Ted R. Frogge, of Elwood, and Morrison &amp Hanson, of McCook, for plaintiff in error.

Walter R. Johnson, Atty. Gen., and Erwin A. Jones, Asst. Atty. Gen for defendant in error.

Heard before SIMMONS, C. J., and PAINE, MESSMORE, YEAGER, CHAPPELL, and WENKE, JJ.

WENKE, J.

Plaintiff in error, Roy Pettijohn, was convicted in the district court for Hitchcock County of the crime of obtaining money by false pretenses. He was sentenced to be imprisoned in the penitentiary for a period of one year. He appeals from that conviction.

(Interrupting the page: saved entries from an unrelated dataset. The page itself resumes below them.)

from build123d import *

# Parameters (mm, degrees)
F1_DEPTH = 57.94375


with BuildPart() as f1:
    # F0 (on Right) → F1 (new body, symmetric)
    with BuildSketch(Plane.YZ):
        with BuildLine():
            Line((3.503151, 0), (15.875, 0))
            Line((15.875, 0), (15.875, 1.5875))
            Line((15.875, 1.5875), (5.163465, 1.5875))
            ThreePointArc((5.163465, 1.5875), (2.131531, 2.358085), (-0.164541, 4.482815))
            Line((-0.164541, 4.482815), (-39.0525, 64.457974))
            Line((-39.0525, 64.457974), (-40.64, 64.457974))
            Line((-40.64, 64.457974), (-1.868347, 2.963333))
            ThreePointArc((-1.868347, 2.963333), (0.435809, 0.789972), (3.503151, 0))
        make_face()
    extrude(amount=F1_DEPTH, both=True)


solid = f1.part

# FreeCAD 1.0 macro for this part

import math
import FreeCAD as App
import Part
import Sketcher
from FreeCAD import Vector
Q = App.Units.Quantity

doc = App.newDocument("Part")
body = doc.addObject("PartDesign::Body", "Body")

sketch1 = body.newObject("Sketcher::SketchObject", "Sketch")
sketch1.AttachmentSupport = (doc.getObject("YZ_Plane"), [""])
sketch1.MapMode = "FlatFace"
sketch1.addGeometry([
    Part.LineSegment(Vector(3.503151, 0, 0), Vector(15.875, 0, 0)),
    Part.LineSegment(Vector(15.875, 0, 0), Vector(15.875, 1.5875, 0)),
    Part.LineSegment(Vector(15.875, 1.5875, 0), Vector(5.163465, 1.5875, 0)),
    Part.ArcOfCircle(Part.Circle(Vector(5.163466, 7.937501, 0), Vector(0, 0, 1), 6.350001), math.radians(-147.040575), math.radians(-90.00001)),
    Part.LineSegment(Vector(-0.164541, 4.482815, 0), Vector(-39.0525, 64.457974, 0)),
    Part.LineSegment(Vector(-39.0525, 64.457974, 0), Vector(-40.64, 64.457974, 0)),
    Part.LineSegment(Vector(-40.64, 64.457974, 0), Vector(-1.868347, 2.963333, 0)),
    Part.ArcOfCircle(Part.Circle(Vector(3.503152, 6.350002, 0), Vector(0, 0, 1), 6.350002), math.radians(-147.769033), math.radians(-90.000008)),
], False)
sketch1.addConstraint([
    Sketcher.Constraint("Coincident", 0, 2, 1, 1),
    Sketcher.Constraint("Coincident", 1, 2, 2, 1),
    Sketcher.Constraint("Coincident", 2, 2, 3, 2),
    Sketcher.Constraint("Coincident", 3, 1, 4, 1),
    Sketcher.Constraint("Coincident", 4, 2, 5, 1),
    Sketcher.Constraint("Coincident", 5, 2, 6, 1),
    Sketcher.Constraint("Coincident", 6, 2, 7, 1),
    Sketcher.Constraint("Coincident", 7, 2, 0, 1),
    Sketcher.Constraint("Horizontal", 0),
    Sketcher.Constraint("Vertical", 1),
    Sketcher.Constraint("Horizontal", 2),
    Sketcher.Constraint("Horizontal", 5),
    Sketcher.Constraint("PointOnObject", 0, 2, -1),
    Sketcher.Constraint("Radius", 3, Q("0.2500001 in")),
    Sketcher.Constraint("Radius", 7, Q("0.2500001 in")),
    Sketcher.Constraint("DistanceX", 5, 2, -1, 1, Q("1.6 in")),
    Sketcher.Constraint("DistanceX", 5, 2, 5, 1, Q("0.0625 in")),
    Sketcher.Constraint("DistanceY", 1, 1, 1, 2, Q("0.0625 in")),
    Sketcher.Constraint("DistanceX", -1, 1, 0, 2, Q("0.625 in")),
    Sketcher.Constraint("DistanceX", 0, 1, 0, 2, 12.371849),
    Sketcher.Constraint("DistanceX", 6, 2, 7, 3, 5.371499),
    Sketcher.Constraint("Distance", 4, 71.479319),
    Sketcher.Constraint("Distance", 6, 72.69685),
    Sketcher.Constraint("DistanceX", 2, 2, 2, 1, 10.711535),
    Sketcher.Constraint("DistanceX", -1, 1, 7, 3, 3.503152),
    Sketcher.Constraint("DistanceX", 3, 1, -1, 1, 0.164541),
])
pad1 = body.newObject("PartDesign::Pad", "Pad")
pad1.Profile = sketch1
pad1.Length = Q("4.5625 in")
pad1.Midplane = True

doc.recompute()
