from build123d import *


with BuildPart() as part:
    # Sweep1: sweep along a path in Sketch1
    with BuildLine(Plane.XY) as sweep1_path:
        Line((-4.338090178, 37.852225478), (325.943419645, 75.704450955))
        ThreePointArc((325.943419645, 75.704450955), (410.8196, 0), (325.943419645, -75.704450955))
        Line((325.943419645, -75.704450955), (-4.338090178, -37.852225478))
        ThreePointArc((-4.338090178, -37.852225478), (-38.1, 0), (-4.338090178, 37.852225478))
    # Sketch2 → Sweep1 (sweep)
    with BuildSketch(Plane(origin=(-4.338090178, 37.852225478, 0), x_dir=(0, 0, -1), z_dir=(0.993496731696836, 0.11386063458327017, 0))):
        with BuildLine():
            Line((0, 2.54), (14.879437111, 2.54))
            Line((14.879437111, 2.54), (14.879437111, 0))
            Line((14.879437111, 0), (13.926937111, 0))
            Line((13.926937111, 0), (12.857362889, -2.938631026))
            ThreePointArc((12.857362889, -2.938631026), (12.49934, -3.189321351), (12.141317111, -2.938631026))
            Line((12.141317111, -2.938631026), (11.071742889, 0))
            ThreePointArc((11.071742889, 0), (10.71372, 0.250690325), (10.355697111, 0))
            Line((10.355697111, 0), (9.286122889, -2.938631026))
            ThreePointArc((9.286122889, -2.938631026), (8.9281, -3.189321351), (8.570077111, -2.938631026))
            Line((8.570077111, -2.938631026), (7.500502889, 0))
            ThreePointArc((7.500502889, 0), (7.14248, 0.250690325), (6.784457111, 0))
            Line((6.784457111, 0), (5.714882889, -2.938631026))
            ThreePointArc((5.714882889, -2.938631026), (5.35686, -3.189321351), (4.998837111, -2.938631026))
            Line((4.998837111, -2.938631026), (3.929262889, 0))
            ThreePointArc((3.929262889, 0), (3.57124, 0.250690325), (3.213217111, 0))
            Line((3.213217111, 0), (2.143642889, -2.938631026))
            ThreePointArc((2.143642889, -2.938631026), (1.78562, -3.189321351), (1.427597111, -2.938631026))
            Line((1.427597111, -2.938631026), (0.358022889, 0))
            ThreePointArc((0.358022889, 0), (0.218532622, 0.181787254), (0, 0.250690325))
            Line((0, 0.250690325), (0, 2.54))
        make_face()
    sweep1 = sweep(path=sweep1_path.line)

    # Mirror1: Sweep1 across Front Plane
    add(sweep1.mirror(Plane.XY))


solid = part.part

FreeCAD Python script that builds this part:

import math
import FreeCAD as App
import Part
import Sketcher
from FreeCAD import Vector
Q = App.Units.Quantity

doc = App.newDocument("Part")
body = doc.addObject("PartDesign::Body", "Body")

sketch1 = body.newObject("Sketcher::SketchObject", "Sketch")
sketch1.Placement = App.Placement(Vector(-4.33809, 37.852225, 0), App.Rotation(Vector(0, 0, -1), Vector(-0.113860635, 0.993496732, 0), Vector(0.993496732, 0.113860635, 0), "ZXY"))
sketch1.addGeometry([
    Part.LineSegment(Vector(14.88, 2.54, 0), Vector(0, 2.54, 0)),
    Part.LineSegment(Vector(0, 2.54, 0), Vector(0, 0.25, 0)),
    Part.ArcOfCircle(Part.Circle(Vector(0, -0.13, 0), Vector(0, 0, 1), 0.38), math.radians(20), math.radians(90)),
    Part.LineSegment(Vector(0.36, 0, 0), Vector(1.43, -2.94, 0)),
    Part.ArcOfCircle(Part.Circle(Vector(1.79, -2.81, 0), Vector(0, 0, 1), 0.38), math.radians(-160), math.radians(-20)),
    Part.LineSegment(Vector(2.14, -2.94, 0), Vector(3.21, 0, 0)),
    Part.ArcOfCircle(Part.Circle(Vector(3.57, -0.13, 0), Vector(0, 0, 1), 0.38), math.radians(20), math.radians(160)),
    Part.LineSegment(Vector(3.93, 0, 0), Vector(5, -2.94, 0)),
    Part.ArcOfCircle(Part.Circle(Vector(5.36, -2.81, 0), Vector(0, 0, 1), 0.38), math.radians(-160), math.radians(-20)),
    Part.LineSegment(Vector(5.71, -2.94, 0), Vector(6.78, 0, 0)),
    Part.ArcOfCircle(Part.Circle(Vector(7.14, -0.13, 0), Vector(0, 0, 1), 0.38), math.radians(20), math.radians(160)),
    Part.LineSegment(Vector(7.5, 0, 0), Vector(8.57, -2.94, 0)),
    Part.ArcOfCircle(Part.Circle(Vector(8.93, -2.81, 0), Vector(0, 0, 1), 0.38), math.radians(-160), math.radians(-20)),
    Part.LineSegment(Vector(9.29, -2.94, 0), Vector(10.36, 0, 0)),
    Part.ArcOfCircle(Part.Circle(Vector(10.71, -0.13, 0), Vector(0, 0, 1), 0.38), math.radians(20), math.radians(160)),
    Part.LineSegment(Vector(11.07, 0, 0), Vector(12.14, -2.94, 0)),
    Part.ArcOfCircle(Part.Circle(Vector(12.5, -2.81, 0), Vector(0, 0, 1), 0.38), math.radians(-160), math.radians(-20)),
    Part.LineSegment(Vector(12.86, -2.94, 0), Vector(13.93, 0, 0)),
    Part.LineSegment(Vector(13.93, 0, 0), Vector(14.88, 0, 0)),
    Part.LineSegment(Vector(14.88, 0, 0), Vector(14.88, 2.54, 0)),
], False)
sketch1.addConstraint([
    Sketcher.Constraint("Coincident", 0, 2, 1, 1),
    Sketcher.Constraint("Coincident", 1, 2, 2, 2),
    Sketcher.Constraint("Tangent", 2, 1, 3, 1),
    Sketcher.Constraint("Tangent", 3, 2, 4, 1),
    Sketcher.Constraint("Tangent", 4, 2, 5, 1),
    Sketcher.Constraint("Tangent", 5, 2, 6, 2),
    Sketcher.Constraint("Tangent", 6, 1, 7, 1),
    Sketcher.Constraint("Tangent", 7, 2, 8, 1),
    Sketcher.Constraint("Tangent", 8, 2, 9, 1),
    Sketcher.Constraint("Tangent", 9, 2, 10, 2),
    Sketcher.Constraint("Tangent", 10, 1, 11, 1),
    Sketcher.Constraint("Tangent", 11, 2, 12, 1),
    Sketcher.Constraint("Tangent", 12, 2, 13, 1),
    Sketcher.Constraint("Tangent", 13, 2, 14, 2),
    Sketcher.Constraint("Tangent", 14, 1, 15, 1),
    Sketcher.Constraint("Tangent", 15, 2, 16, 1),
    Sketcher.Constraint("Tangent", 16, 2, 17, 1),
    Sketcher.Constraint("Coincident", 17, 2, 18, 1),
    Sketcher.Constraint("Coincident", 18, 2, 19, 1),
    Sketcher.Constraint("Coincident", 19, 2, 0, 1),
    Sketcher.Constraint("Horizontal", 0),
    Sketcher.Constraint("Vertical", 1),
    Sketcher.Constraint("Horizontal", 18),
    Sketcher.Constraint("Vertical", 19),
    Sketcher.Constraint("Equal", 2, 4),
    Sketcher.Constraint("Equal", 4, 6),
    Sketcher.Constraint("Equal", 6, 8),
    Sketcher.Constraint("Equal", 8, 10),
    Sketcher.Constraint("Equal", 10, 12),
    Sketcher.Constraint("Equal", 12, 14),
    Sketcher.Constraint("Equal", 14, 16),
    Sketcher.Constraint("PointOnObject", 2, 3, -2),
    Sketcher.Constraint("PointOnObject", 0, 2, -2),
    Sketcher.Constraint("PointOnObject", 2, 1, -1),
    Sketcher.Constraint("PointOnObject", 5, 2, -1),
    Sketcher.Constraint("PointOnObject", 6, 1, -1),
    Sketcher.Constraint("PointOnObject", 9, 2, -1),
    Sketcher.Constraint("PointOnObject", 10, 1, -1),
    Sketcher.Constraint("PointOnObject", 13, 2, -1),
    Sketcher.Constraint("PointOnObject", 14, 1, -1),
    Sketcher.Constraint("PointOnObject", 17, 2, -1),
    Sketcher.Constraint("Parallel", 3, 7),
    Sketcher.Constraint("Parallel", 5, 9),
    Sketcher.Constraint("Parallel", 9, 13),
    Sketcher.Constraint("Parallel", 13, 17),
    Sketcher.Constraint("Horizontal", 4, 3, 8, 3),
    Sketcher.Constraint("Horizontal", 8, 3, 12, 3),
    Sketcher.Constraint("Horizontal", 12, 3, 16, 3),
    Sketcher.Constraint("DistanceY", 19, 1, 19, 2, Q("0.1 in")),
    Sketcher.Constraint("Angle", 3, Q("-70 deg")),
    Sketcher.Constraint("Radius", 2, Q("0.015 in")),
    Sketcher.Constraint("DistanceX", 18, 1, 18, 2, Q("0.0375 in")),
    Sketcher.Constraint("DistanceX", -1, 1, 4, 3, Q("0.0703 in")),
])

sketch2 = body.newObject("Sketcher::SketchObject", "Sketch001")
sketch2.AttachmentSupport = (doc.getObject("XY_Plane"), [""])
sketch2.MapMode = "FlatFace"
sketch2.addGeometry([
    Part.LineSegment(Vector(-4, 38, 0), Vector(326, 76, 0)),
    Part.ArcOfCircle(Part.Circle(Vector(335, 0, 0), Vector(0, 0, 1), 76), math.radians(-97), math.radians(97)),
    Part.LineSegment(Vector(326, -76, 0), Vector(-4, -38, 0)),
    Part.ArcOfCircle(Part.Circle(Vector(0, 0, 0), Vector(0, 0, 1), 38), math.radians(97), math.radians(263)),
], False)
sketch2.addConstraint([
    Sketcher.Constraint("Tangent", 0, 2, 1, 2),
    Sketcher.Constraint("Tangent", 1, 1, 2, 1),
    Sketcher.Constraint("Tangent", 2, 2, 3, 2),
    Sketcher.Constraint("Tangent", 3, 1, 0, 1),
    Sketcher.Constraint("Coincident", 3, 3, -1, 1),
    Sketcher.Constraint("PointOnObject", 1, 3, -1),
    Sketcher.Constraint("Radius", 1, Q("3 in")),
    Sketcher.Constraint("Radius", 3, Q("1.5 in")),
    Sketcher.Constraint("DistanceX", -1, 1, 1, 3, Q("13.174 in")),
])
doc.recompute()

additivepipe = body.newObject("PartDesign::AdditivePipe", "AdditivePipe")
additivepipe.Profile = sketch1
additivepipe.Spine = (sketch2, ["Edge1", "Edge2", "Edge3", "Edge4"])
doc.recompute()

mirrored = body.newObject("PartDesign::Mirrored", "Mirrored")
mirrored.Originals = [additivepipe]
mirrored.MirrorPlane = (doc.getObject("XY_Plane"), [""])
body.Tip = mirrored

doc.recompute()
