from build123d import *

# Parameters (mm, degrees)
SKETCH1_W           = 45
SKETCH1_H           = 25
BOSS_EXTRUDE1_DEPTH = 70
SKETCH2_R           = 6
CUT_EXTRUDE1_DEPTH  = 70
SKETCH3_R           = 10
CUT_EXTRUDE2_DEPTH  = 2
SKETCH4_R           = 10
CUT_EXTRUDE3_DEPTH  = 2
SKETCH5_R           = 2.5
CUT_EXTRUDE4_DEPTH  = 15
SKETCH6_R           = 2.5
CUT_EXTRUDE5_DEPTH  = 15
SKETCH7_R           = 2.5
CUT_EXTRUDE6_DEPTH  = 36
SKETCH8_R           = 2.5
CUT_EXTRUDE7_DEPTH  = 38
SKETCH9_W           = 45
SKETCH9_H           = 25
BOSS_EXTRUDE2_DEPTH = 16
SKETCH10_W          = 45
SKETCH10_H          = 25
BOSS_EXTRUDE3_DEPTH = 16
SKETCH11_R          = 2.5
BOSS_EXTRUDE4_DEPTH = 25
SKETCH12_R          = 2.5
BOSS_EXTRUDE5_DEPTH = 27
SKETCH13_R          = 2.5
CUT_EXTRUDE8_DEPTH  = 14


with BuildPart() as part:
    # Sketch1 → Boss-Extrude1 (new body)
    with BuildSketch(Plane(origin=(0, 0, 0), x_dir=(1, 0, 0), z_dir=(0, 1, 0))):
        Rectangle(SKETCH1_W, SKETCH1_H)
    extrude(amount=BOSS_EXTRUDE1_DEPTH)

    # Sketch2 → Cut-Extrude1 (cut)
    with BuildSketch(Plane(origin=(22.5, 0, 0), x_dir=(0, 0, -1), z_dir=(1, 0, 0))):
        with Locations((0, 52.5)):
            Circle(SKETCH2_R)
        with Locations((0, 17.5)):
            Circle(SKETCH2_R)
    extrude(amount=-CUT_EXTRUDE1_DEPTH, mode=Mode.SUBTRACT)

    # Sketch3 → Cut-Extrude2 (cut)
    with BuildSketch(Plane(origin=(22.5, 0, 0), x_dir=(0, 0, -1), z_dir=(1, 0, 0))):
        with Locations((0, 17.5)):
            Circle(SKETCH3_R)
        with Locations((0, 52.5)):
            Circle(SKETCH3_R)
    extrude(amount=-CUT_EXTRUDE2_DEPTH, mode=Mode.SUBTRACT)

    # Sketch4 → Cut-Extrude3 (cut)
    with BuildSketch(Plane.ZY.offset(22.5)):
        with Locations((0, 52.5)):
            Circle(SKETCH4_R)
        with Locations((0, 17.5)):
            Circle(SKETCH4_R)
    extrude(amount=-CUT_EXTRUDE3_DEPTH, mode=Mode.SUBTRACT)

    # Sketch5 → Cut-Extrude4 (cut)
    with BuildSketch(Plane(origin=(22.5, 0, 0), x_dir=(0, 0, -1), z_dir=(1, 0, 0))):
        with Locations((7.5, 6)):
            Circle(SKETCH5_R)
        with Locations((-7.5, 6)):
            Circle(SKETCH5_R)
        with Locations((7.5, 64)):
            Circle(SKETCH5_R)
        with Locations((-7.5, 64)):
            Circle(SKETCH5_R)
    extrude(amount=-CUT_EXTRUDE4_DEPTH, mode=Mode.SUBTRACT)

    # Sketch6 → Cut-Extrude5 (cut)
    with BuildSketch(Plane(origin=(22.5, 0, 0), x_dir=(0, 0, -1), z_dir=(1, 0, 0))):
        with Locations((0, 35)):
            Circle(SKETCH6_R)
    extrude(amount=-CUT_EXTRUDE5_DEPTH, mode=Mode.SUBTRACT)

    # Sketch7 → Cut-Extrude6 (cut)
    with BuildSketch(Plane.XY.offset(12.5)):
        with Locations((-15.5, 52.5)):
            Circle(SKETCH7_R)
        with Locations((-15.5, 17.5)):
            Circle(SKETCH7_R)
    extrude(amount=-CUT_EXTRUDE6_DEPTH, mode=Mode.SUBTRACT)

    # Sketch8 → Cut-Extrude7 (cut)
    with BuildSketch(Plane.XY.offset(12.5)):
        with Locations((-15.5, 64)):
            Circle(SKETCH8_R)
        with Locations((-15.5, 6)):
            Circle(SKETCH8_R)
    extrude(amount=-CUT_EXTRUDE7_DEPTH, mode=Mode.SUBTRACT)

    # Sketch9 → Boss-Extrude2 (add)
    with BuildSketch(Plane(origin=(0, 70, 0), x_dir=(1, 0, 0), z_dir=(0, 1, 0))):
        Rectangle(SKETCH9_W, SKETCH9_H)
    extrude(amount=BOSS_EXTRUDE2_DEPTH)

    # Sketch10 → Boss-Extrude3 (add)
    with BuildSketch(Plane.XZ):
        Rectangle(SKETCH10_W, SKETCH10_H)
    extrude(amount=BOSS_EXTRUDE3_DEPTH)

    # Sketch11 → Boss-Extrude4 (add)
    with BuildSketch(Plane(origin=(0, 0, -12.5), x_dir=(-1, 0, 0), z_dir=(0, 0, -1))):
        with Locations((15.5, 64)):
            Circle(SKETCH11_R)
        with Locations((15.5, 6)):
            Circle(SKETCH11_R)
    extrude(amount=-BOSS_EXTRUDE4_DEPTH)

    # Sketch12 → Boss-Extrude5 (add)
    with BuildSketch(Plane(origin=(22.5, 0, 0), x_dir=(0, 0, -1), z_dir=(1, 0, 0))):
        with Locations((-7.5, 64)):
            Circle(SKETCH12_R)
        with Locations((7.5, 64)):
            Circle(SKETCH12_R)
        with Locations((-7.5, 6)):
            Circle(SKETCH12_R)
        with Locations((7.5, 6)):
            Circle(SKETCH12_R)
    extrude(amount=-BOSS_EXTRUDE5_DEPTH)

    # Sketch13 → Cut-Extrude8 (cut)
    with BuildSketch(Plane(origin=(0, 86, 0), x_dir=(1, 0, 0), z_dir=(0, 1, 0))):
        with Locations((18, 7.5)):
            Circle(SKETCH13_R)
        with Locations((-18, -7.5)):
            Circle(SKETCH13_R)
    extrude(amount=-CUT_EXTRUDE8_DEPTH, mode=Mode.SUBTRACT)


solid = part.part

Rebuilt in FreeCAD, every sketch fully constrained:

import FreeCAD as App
import Part
import Sketcher
from FreeCAD import Vector
Q = App.Units.Quantity


def add_polygon(sketch, points):
    """Adds a closed chain of lines whose ends are joined by coincident constraints."""
    first, n = sketch.GeometryCount, len(points)
    for a, b in zip(points, points[1:] + points[:1]):
        sketch.addGeometry(Part.LineSegment(App.Vector(*a, 0), App.Vector(*b, 0)), False)
    for i in range(n):
        sketch.addConstraint(Sketcher.Constraint("Coincident", first + i, 2, first + (i + 1) % n, 1))

doc = App.newDocument("Part")
body = doc.addObject("PartDesign::Body", "Body")

# Sketch on XZ plane
sketch1 = body.newObject("Sketcher::SketchObject", "Sketch")
sketch1.AttachmentSupport = (doc.getObject("XZ_Plane"), [""])
sketch1.MapMode = "FlatFace"
add_polygon(sketch1, [(-22, -12), (-22, 12), (22, 12), (22, -12)])  # lines 0-3
sketch1.addConstraint(Sketcher.Constraint("Vertical", 0))
sketch1.addConstraint(Sketcher.Constraint("Horizontal", 1))
sketch1.addConstraint(Sketcher.Constraint("Vertical", 2))
sketch1.addConstraint(Sketcher.Constraint("Horizontal", 3))
sketch1.addConstraint(Sketcher.Constraint("Symmetric", 0, 2, 2, 2, -1, 1))
sketch1.addConstraint(Sketcher.Constraint("DistanceX", 1, 1, 1, 2, Q("45 mm")))
sketch1.addConstraint(Sketcher.Constraint("DistanceY", 0, 1, 0, 2, Q("25 mm")))
pad1 = body.newObject("PartDesign::Pad", "Pad")
pad1.Profile = sketch1
pad1.Length = 70
pad1.Reversed = True

# Sketch on YZ plane
sketch2 = body.newObject("Sketcher::SketchObject", "Sketch001")
sketch2.AttachmentSupport = (doc.getObject("YZ_Plane"), [""])
sketch2.MapMode = "FlatFace"
sketch2.AttachmentOffset = App.Placement(Vector(0, 0, 22.5), App.Rotation())
sketch2.addGeometry(Part.Circle(Vector(52, 0, 0), Vector(0, 0, 1), 6), False)
sketch2.addGeometry(Part.Circle(Vector(18, 0, 0), Vector(0, 0, 1), 6), False)
sketch2.addConstraint(Sketcher.Constraint("Equal", 0, 1))
sketch2.addConstraint(Sketcher.Constraint("PointOnObject", 0, 3, -1))
sketch2.addConstraint(Sketcher.Constraint("PointOnObject", 1, 3, -1))
sketch2.addConstraint(Sketcher.Constraint("Diameter", 0, Q("12 mm")))
sketch2.addConstraint(Sketcher.Constraint("DistanceX", 1, 3, 0, 3, Q("35 mm")))
sketch2.addConstraint(Sketcher.Constraint("DistanceX", -1, 1, 0, 3, Q("52.5 mm")))
pocket1 = body.newObject("PartDesign::Pocket", "Pocket")
pocket1.Profile = sketch2
pocket1.Length = 70

# Sketch on YZ plane
sketch3 = body.newObject("Sketcher::SketchObject", "Sketch002")
sketch3.AttachmentSupport = (doc.getObject("YZ_Plane"), [""])
sketch3.MapMode = "FlatFace"
sketch3.AttachmentOffset = App.Placement(Vector(0, 0, 22.5), App.Rotation())
sketch3.addGeometry(Part.Circle(Vector(18, 0, 0), Vector(0, 0, 1), 10), False)
sketch3.addGeometry(Part.Circle(Vector(52, 0, 0), Vector(0, 0, 1), 10), False)
sketch3.addConstraint(Sketcher.Constraint("Equal", 0, 1))
sketch3.addConstraint(Sketcher.Constraint("PointOnObject", 0, 3, -1))
sketch3.addConstraint(Sketcher.Constraint("PointOnObject", 1, 3, -1))
sketch3.addConstraint(Sketcher.Constraint("Diameter", 0, Q("20 mm")))
sketch3.addConstraint(Sketcher.Constraint("DistanceX", 0, 3, 1, 3, Q("35 mm")))
sketch3.addConstraint(Sketcher.Constraint("DistanceX", -1, 1, 0, 3, Q("17.5 mm")))
pocket2 = body.newObject("PartDesign::Pocket", "Pocket001")
pocket2.Profile = sketch3
pocket2.Length = 2

# Sketch on YZ plane
sketch4 = body.newObject("Sketcher::SketchObject", "Sketch003")
sketch4.AttachmentSupport = (doc.getObject("YZ_Plane"), [""])
sketch4.MapMode = "FlatFace"
sketch4.AttachmentOffset = App.Placement(Vector(0, 0, -22.5), App.Rotation())
sketch4.addGeometry(Part.Circle(Vector(52, 0, 0), Vector(0, 0, 1), 10), False)
sketch4.addGeometry(Part.Circle(Vector(18, 0, 0), Vector(0, 0, 1), 10), False)
sketch4.addConstraint(Sketcher.Constraint("Equal", 0, 1))
sketch4.addConstraint(Sketcher.Constraint("PointOnObject", 0, 3, -1))
sketch4.addConstraint(Sketcher.Constraint("PointOnObject", 1, 3, -1))
sketch4.addConstraint(Sketcher.Constraint("Diameter", 0, Q("20 mm")))
sketch4.addConstraint(Sketcher.Constraint("DistanceX", 1, 3, 0, 3, Q("35 mm")))
sketch4.addConstraint(Sketcher.Constraint("DistanceX", -1, 1, 0, 3, Q("52.5 mm")))
pocket3 = body.newObject("PartDesign::Pocket", "Pocket002")
pocket3.Profile = sketch4
pocket3.Length = 2
pocket3.Reversed = True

The information charges: That Roy Pettijohn did, on the 23rd day of July, 1945, knowingly and falsely represent to Henry P Reese, intending thereby to unlawfully and fraudulently cheat and defraud him, that he, Roy Pettijohn, had secured a purchaser in the person of Albert Meints for the real estate of Henry P. Reese, pursuant to a contract entered into between Reese and Pettijohn; that Reese then informed Pettijohn that he did not desire to sell the land; that thereupon Pettijohn informed Reese that the purchaser was ready, able, and willing to perform and that if he, Reese refused to sell that he, Pettijohn, would be entitled to the sum of $500 by virtue of the contract; that Reese, relying upon these representations, executed and delivered to Pettijohn his note and chattel mortgage in the sum of $500 that on August 30, 1945, Pettijohn sold the note to the McCook National Bank; that on March 30, 1946, Reese paid the bank the full amount due on the note in the sum of $520.83; that the representations made by Pettjohn were false for the reason that Pettijohn had not secured Albert Meints as a purchaser for the real estate of Reese and that Albert Meints had not agreed to purchase it and had not entered into any contract therefor.

For convenience the plaintiff in error will be referred to as the defendant and the defendant in error as the state.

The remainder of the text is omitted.